I was in half mind to say that I had come to the wrong house and that I was looking for my cousin’s house. But I ended up forgiving the man and the dog and said “Yes that is me. Very nice to meet you. Maybe you could put a sign for the dog on your gate just so people don’t excite your dog too much.” Saying that I turned and showed him what his dog had done to my clothes. Seeing the ripped off jeans he apologetically said “I am really sorry. Let me give you some new clothes to wear. I don’t think you can walk back home like this.” I said “that would be great. Where do you think I can start?” He showed me around the house and gave instructions on what to clean and how to mow his lawn.

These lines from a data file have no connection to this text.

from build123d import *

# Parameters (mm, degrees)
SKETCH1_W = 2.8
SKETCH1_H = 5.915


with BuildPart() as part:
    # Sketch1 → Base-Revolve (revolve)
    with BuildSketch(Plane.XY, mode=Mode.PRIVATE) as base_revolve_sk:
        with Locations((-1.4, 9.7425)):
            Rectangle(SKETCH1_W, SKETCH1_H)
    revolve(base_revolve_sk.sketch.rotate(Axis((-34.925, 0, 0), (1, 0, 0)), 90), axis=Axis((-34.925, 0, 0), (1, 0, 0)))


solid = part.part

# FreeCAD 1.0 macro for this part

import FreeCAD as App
import Part
import Sketcher

V = App.Vector


def add_polygon(sketch, points):
    """Adds a closed chain of lines whose ends are joined by coincident constraints."""
    first, n = sketch.GeometryCount, len(points)
    for a, b in zip(points, points[1:] + points[:1]):
        sketch.addGeometry(Part.LineSegment(App.Vector(*a, 0), App.Vector(*b, 0)), False)
    for i in range(n):
        sketch.addConstraint(Sketcher.Constraint("Coincident", first + i, 2, first + (i + 1) % n, 1))

doc = App.newDocument("Part")
body = doc.addObject("PartDesign::Body", "Body")

# Sketch on XY plane
sketch1 = body.newObject("Sketcher::SketchObject", "Sketch")
sketch1.AttachmentSupport = (doc.getObject("XY_Plane"), [""])
sketch1.MapMode = "FlatFace"
add_polygon(sketch1, [(-2.8, 12.7), (-2.8, 6.8), (0, 6.8), (0, 12.7)])  # lines 0-3
sketch1.addConstraint([
    Sketcher.Constraint("Vertical", 0),
    Sketcher.Constraint("Horizontal", 1),
    Sketcher.Constraint("Vertical", 2),
    Sketcher.Constraint("Horizontal", 3),
    Sketcher.Constraint("PointOnObject", 1, 2, -2),
    Sketcher.Constraint("DistanceX", 1, 1, 1, 2, 2.8),
    Sketcher.Constraint("DistanceY", -1, 1, 2, 2, 12.7),
    Sketcher.Constraint("DistanceY", 0, 2, 0, 1, 5.915),
])
revolution = body.newObject("PartDesign::Revolution", "Revolution")
revolution.Profile = sketch1
revolution.ReferenceAxis = (sketch1, ["H_Axis"])
revolution.Angle = 360

doc.recompute()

While we went from room to room, the dog too followed me just making sure I wasn’t stealing anything. The man gave me a new pair of shorts to wear and I was happy to cover myself and start work. The work was more laborious that I thought. He asked me to do nit bitty things like cleaning the window nets and grills, furniture, water his plants and even cleaning the bath tub. I started to work on each room when I finally came to the bed room. I was to dust underneath the bed, so I lay on the floor on my back and just had my head under the bed like car mechanics working on engines. It was a bed battle for me to work underneath without proper light. Besides, the man was watching TV in the same room which I didn’t pay attention to. After sometime I couldn’t help hearing the several moaning sounds from the TV where the actors were breathing very hard as though they were working out to the Richard Simmons show and finally I heard a guy shout as though he was bitten by a dog, very similar to the way I shouted. But I did not allow myself to be distracted.

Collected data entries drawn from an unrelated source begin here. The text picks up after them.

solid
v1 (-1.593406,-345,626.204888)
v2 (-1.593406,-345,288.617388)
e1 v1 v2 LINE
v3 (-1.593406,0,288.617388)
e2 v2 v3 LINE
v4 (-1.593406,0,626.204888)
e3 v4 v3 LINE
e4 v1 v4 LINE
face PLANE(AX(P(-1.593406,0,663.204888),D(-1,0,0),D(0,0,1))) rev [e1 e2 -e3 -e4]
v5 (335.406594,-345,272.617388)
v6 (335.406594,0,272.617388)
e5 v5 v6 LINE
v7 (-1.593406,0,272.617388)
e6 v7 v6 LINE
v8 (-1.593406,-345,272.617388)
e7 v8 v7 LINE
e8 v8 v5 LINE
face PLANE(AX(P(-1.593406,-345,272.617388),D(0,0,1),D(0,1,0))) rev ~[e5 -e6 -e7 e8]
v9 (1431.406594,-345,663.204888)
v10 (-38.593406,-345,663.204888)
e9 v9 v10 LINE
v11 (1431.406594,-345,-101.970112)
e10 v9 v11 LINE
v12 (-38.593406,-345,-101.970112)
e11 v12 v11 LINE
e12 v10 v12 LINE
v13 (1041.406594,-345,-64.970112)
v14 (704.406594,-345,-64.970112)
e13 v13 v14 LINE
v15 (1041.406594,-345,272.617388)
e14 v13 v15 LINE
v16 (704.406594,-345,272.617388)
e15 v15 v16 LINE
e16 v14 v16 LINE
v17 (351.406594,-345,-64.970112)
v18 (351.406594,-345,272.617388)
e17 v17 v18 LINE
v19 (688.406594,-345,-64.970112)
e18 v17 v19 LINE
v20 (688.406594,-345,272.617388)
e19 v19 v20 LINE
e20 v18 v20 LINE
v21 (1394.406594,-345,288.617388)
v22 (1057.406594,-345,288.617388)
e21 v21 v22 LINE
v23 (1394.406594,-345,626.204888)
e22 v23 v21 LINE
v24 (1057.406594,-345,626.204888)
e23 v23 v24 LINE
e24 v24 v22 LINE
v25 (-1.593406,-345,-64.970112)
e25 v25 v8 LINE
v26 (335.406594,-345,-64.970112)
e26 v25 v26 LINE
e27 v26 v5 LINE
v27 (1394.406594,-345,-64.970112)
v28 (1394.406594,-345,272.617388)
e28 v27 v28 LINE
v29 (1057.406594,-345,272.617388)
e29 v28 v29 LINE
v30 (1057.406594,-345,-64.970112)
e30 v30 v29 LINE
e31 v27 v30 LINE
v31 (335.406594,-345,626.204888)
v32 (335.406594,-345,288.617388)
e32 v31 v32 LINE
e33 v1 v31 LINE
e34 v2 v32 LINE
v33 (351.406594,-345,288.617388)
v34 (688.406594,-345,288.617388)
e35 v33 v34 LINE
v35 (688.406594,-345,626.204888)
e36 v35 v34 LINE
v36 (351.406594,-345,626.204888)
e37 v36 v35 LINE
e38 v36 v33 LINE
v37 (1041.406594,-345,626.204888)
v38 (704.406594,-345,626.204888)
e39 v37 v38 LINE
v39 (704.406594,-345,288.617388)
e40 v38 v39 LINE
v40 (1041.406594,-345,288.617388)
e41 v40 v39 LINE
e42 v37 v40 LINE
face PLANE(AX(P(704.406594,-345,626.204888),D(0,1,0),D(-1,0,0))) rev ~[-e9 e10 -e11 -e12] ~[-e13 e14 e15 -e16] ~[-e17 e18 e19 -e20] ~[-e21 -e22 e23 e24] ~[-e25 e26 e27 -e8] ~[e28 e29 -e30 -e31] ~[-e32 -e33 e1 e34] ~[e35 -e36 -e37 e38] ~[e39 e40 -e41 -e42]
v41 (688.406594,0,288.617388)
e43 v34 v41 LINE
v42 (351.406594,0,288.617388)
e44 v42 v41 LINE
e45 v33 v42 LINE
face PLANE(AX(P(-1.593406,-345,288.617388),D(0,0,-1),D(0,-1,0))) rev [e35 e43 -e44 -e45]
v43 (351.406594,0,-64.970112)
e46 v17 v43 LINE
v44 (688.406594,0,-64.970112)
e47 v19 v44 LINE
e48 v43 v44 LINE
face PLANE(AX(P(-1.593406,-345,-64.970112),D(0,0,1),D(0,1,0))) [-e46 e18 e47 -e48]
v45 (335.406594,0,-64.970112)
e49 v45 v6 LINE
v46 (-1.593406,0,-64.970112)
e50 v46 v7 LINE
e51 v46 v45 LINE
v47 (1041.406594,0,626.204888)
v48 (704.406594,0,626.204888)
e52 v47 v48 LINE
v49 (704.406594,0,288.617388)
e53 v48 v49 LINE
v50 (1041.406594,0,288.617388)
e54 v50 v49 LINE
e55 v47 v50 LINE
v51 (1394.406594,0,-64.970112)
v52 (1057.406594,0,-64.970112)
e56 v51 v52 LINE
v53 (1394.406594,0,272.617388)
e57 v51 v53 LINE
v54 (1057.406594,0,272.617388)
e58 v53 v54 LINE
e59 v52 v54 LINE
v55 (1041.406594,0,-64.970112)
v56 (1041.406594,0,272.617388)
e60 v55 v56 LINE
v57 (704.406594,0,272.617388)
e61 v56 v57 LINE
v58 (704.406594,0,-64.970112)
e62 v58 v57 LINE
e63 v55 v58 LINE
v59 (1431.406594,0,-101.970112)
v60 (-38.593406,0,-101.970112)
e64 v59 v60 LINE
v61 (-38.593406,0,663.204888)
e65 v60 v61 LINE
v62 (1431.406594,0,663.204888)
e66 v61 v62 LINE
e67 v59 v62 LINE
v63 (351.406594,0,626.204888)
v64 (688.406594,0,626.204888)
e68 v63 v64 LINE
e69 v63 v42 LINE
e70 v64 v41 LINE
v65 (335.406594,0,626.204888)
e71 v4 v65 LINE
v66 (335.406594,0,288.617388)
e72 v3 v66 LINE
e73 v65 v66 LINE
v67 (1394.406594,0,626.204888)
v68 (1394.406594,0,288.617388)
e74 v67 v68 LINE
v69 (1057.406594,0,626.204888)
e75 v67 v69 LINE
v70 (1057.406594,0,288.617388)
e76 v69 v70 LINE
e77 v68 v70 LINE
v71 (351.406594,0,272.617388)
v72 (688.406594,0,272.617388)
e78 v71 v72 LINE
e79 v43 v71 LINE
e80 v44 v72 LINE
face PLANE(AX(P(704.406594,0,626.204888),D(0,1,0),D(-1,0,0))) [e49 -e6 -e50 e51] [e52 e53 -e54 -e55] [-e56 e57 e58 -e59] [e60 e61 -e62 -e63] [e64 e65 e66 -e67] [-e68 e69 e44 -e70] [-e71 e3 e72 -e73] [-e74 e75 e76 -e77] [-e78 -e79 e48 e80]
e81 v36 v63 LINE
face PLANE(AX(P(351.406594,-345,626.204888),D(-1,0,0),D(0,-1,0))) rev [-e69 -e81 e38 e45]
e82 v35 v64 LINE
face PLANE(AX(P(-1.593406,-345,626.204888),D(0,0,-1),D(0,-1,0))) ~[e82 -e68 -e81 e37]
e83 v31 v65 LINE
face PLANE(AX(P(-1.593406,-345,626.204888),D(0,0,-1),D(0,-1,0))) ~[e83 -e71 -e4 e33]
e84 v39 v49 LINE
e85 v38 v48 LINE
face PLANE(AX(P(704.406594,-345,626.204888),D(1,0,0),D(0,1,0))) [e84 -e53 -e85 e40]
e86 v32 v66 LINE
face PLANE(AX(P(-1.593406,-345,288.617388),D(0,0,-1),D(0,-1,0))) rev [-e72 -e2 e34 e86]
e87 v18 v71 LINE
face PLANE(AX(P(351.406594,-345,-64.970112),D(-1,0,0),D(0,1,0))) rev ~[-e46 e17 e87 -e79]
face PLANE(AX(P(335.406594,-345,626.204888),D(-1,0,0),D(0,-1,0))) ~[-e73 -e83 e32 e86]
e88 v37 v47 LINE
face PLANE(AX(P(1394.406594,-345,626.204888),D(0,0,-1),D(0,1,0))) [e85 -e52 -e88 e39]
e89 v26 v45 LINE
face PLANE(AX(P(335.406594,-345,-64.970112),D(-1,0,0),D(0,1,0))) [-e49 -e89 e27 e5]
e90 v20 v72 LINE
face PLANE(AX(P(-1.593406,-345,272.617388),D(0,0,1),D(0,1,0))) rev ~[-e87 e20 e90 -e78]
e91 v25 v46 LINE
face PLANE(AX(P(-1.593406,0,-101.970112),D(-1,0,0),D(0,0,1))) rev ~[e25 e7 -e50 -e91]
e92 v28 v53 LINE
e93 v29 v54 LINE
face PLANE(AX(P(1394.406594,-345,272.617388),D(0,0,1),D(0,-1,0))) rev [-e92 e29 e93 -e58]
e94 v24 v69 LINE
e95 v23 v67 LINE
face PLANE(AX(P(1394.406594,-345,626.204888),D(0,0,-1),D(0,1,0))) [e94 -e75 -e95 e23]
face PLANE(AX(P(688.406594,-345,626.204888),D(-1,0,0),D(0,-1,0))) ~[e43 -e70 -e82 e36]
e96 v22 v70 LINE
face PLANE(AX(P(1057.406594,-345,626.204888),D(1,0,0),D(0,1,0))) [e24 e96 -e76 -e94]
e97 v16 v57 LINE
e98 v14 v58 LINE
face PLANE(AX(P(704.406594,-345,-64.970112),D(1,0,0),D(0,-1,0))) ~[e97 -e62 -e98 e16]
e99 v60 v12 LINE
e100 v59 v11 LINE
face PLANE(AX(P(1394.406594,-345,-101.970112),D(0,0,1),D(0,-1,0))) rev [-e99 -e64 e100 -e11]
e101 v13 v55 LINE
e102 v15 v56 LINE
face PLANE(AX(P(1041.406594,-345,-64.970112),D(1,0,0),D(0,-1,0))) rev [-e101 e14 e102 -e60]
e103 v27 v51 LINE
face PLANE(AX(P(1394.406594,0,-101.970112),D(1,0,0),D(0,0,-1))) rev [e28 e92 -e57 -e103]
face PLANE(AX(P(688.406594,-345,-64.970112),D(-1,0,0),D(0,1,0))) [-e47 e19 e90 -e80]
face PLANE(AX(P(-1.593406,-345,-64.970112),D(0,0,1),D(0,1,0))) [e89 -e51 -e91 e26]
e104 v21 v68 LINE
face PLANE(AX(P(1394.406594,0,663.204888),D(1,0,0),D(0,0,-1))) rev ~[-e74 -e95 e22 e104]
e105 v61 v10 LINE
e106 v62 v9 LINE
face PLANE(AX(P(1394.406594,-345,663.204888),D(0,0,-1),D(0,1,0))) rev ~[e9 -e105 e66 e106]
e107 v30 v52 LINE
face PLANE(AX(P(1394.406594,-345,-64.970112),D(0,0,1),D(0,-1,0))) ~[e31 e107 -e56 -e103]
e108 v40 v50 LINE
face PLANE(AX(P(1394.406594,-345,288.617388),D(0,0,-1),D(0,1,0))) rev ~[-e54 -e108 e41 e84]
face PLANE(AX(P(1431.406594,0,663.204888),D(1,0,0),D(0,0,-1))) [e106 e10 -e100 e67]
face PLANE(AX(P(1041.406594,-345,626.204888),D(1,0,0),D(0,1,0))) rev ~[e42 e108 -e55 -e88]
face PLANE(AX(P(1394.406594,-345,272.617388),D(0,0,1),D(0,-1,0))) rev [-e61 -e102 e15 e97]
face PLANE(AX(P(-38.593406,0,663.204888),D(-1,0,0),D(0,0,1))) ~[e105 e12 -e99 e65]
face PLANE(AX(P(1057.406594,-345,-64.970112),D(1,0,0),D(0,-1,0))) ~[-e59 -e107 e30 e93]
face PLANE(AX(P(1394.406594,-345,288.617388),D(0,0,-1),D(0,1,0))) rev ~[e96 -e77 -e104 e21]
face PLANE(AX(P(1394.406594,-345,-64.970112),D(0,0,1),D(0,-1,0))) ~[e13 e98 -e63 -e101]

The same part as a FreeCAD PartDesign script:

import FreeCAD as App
import Part
import Sketcher
from FreeCAD import Vector
Q = App.Units.Quantity

doc = App.newDocument("Part")
params = doc.addObject("Spreadsheet::Sheet", "Params")
for row, (alias, value) in enumerate([
    ("sketch1_width", "37 mm"),
    ("pad1_length", "345 mm"),
    ("sketch2_width", "345 mm"),
    ("sketch2_height", "37 mm"),
    ("pad2_length", "698 mm"),
    ("sketch3_width", "345 mm"),
    ("sketch3_height", "8 mm"),
    ("pad3_length", "698 mm"),
    ("sketch4_width", "16 mm"),
    ("sketch4_width2", "8 mm"),
    ("sketch4_height", "345 mm"),
], start=1):
    params.set(f"A{row}", alias)
    params.set(f"B{row}", "=" + value)
    params.setAlias(f"B{row}", alias)

body = doc.addObject("PartDesign::Body", "Body")

sketch1 = doc.addObject("Sketcher::SketchObject", "Sketch")
body.addObject(sketch1)
sketch1.AttachmentSupport = (doc.XZ_Plane, [""])
sketch1.MapMode = "FlatFace"
sketch1.addGeometry([
    Part.LineSegment(Vector(-39, 281, 0), Vector(-39, -102, 0)),
    Part.LineSegment(Vector(-39, -102, 0), Vector(-2, -102, 0)),
    Part.LineSegment(Vector(-2, -102, 0), Vector(-2, 281, 0)),
    Part.LineSegment(Vector(-2, 281, 0), Vector(-39, 281, 0)),
], False)
sketch1.addConstraint([
    Sketcher.Constraint("Coincident", 0, 2, 1, 1),
    Sketcher.Constraint("Coincident", 1, 2, 2, 1),
    Sketcher.Constraint("Coincident", 2, 2, 3, 1),
    Sketcher.Constraint("Coincident", 3, 2, 0, 1),
    Sketcher.Constraint("Vertical", 0),
    Sketcher.Constraint("Horizontal", 1),
    Sketcher.Constraint("Vertical", 2),
    Sketcher.Constraint("Horizontal", 3),
    Sketcher.Constraint("DistanceX", 1, 1, 1, 2, Q("37 mm")),
    Sketcher.Constraint("DistanceY", 0, 2, 0, 1, Q("382.5875 mm")),
    Sketcher.Constraint("DistanceY", 0, 2, -1, 1, Q("101.970112 mm")),
    Sketcher.Constraint("DistanceX", 0, 2, -1, 1, Q("38.593406 mm")),
])
sketch1.setExpression("Constraints[8]", "Params.sketch1_width")
pad1 = doc.addObject("PartDesign::Pad", "Pad")
body.addObject(pad1)
pad1.Profile = sketch1
pad1.setExpression("Length", "Params.pad1_length")

sketch2 = doc.addObject("Sketcher::SketchObject", "Sketch001")
body.addObject(sketch2)
sketch2.AttachmentSupport = (doc.YZ_Plane, [""])
sketch2.MapMode = "FlatFace"
sketch2.AttachmentOffset = App.Placement(Vector(0, 0, -1.593406), App.Rotation())
sketch2.addGeometry([
    Part.LineSegment(Vector(-345, -65, 0), Vector(-345, -102, 0)),
    Part.LineSegment(Vector(-345, -102, 0), Vector(0, -102, 0)),
    Part.LineSegment(Vector(0, -102, 0), Vector(0, -65, 0)),
    Part.LineSegment(Vector(0, -65, 0), Vector(-345, -65, 0)),
], False)
sketch2.addConstraint([
    Sketcher.Constraint("Coincident", 0, 2, 1, 1),
    Sketcher.Constraint("Coincident", 1, 2, 2, 1),
    Sketcher.Constraint("Coincident", 2, 2, 3, 1),
    Sketcher.Constraint("Coincident", 3, 2, 0, 1),
    Sketcher.Constraint("Vertical", 0),
    Sketcher.Constraint("Horizontal", 1),
    Sketcher.Constraint("Vertical", 2),
    Sketcher.Constraint("Horizontal", 3),
    Sketcher.Constraint("PointOnObject", 1, 2, -2),
    Sketcher.Constraint("DistanceX", 1, 1, 1, 2, Q("345 mm")),
    Sketcher.Constraint("DistanceY", 0, 2, 0, 1, Q("37 mm")),
    Sketcher.Constraint("DistanceY", 0, 2, -1, 1, Q("101.970112 mm")),
])
sketch2.setExpression("Constraints[9]", "Params.sketch2_width")
sketch2.setExpression("Constraints[10]", "Params.sketch2_height")
pad2 = doc.addObject("PartDesign::Pad", "Pad001")
body.addObject(pad2)
pad2.Profile = sketch2
pad2.setExpression("Length", "Params.pad2_length")

sketch3 = doc.addObject("Sketcher::SketchObject", "Sketch002")
body.addObject(sketch3)
sketch3.AttachmentSupport = (doc.YZ_Plane, [""])
sketch3.MapMode = "FlatFace"
sketch3.AttachmentOffset = App.Placement(Vector(0, 0, -1.593406), App.Rotation())
sketch3.addGeometry([
    Part.LineSegment(Vector(-345, 281, 0), Vector(-345, 273, 0)),
    Part.LineSegment(Vector(-345, 273, 0), Vector(0, 273, 0)),
    Part.LineSegment(Vector(0, 273, 0), Vector(0, 281, 0)),
    Part.LineSegment(Vector(0, 281, 0), Vector(-345, 281, 0)),
], False)
sketch3.addConstraint([
    Sketcher.Constraint("Coincident", 0, 2, 1, 1),
    Sketcher.Constraint("Coincident", 1, 2, 2, 1),
    Sketcher.Constraint("Coincident", 2, 2, 3, 1),
    Sketcher.Constraint("Coincident", 3, 2, 0, 1),
    Sketcher.Constraint("Vertical", 0),
    Sketcher.Constraint("Horizontal", 1),
    Sketcher.Constraint("Vertical", 2),
    Sketcher.Constraint("Horizontal", 3),
    Sketcher.Constraint("PointOnObject", 1, 2, -2),
    Sketcher.Constraint("DistanceX", 1, 1, 1, 2, Q("345 mm")),
    Sketcher.Constraint("DistanceY", 0, 2, 0, 1, Q("8 mm")),
    Sketcher.Constraint("DistanceY", -1, 1, 0, 2, Q("272.617388 mm")),
])
sketch3.setExpression("Constraints[9]", "Params.sketch3_width")
sketch3.setExpression("Constraints[10]", "Params.sketch3_height")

After a couple of minutes I felt somebody lightly rubbing against my belly, but it was almost like an imagination. After a few more minutes, I felt a thrust on my pelvic region, I was pretty sure that was imagination too and that it must be that anal penetration story that’s causing me to be unstable. So I forced myself to focus on the job. But after a little while longer the thrusting got stronger and there was almost a roar. By then I had finished cleaning the bed and was enthused by the TV sounds and the thrusting. When I came out of the bed, the sight in front of me put me to complete tears and I knew I was quitting this job forever. It’s embarrassing to even discuss the situation. Great authors might write a 500 page memoir describing the situation, and this one would actually be true. I knew that the next few weeks were going to be spent dreaming with the roles of the giver, receiver, tool and tool-kit being changed drastically. Even today I wonder how could a domesticated dog like a pitbull watch gay porn on TV and simultaneously pretend to have sex with a man while the owner watches the live scene to jerk off.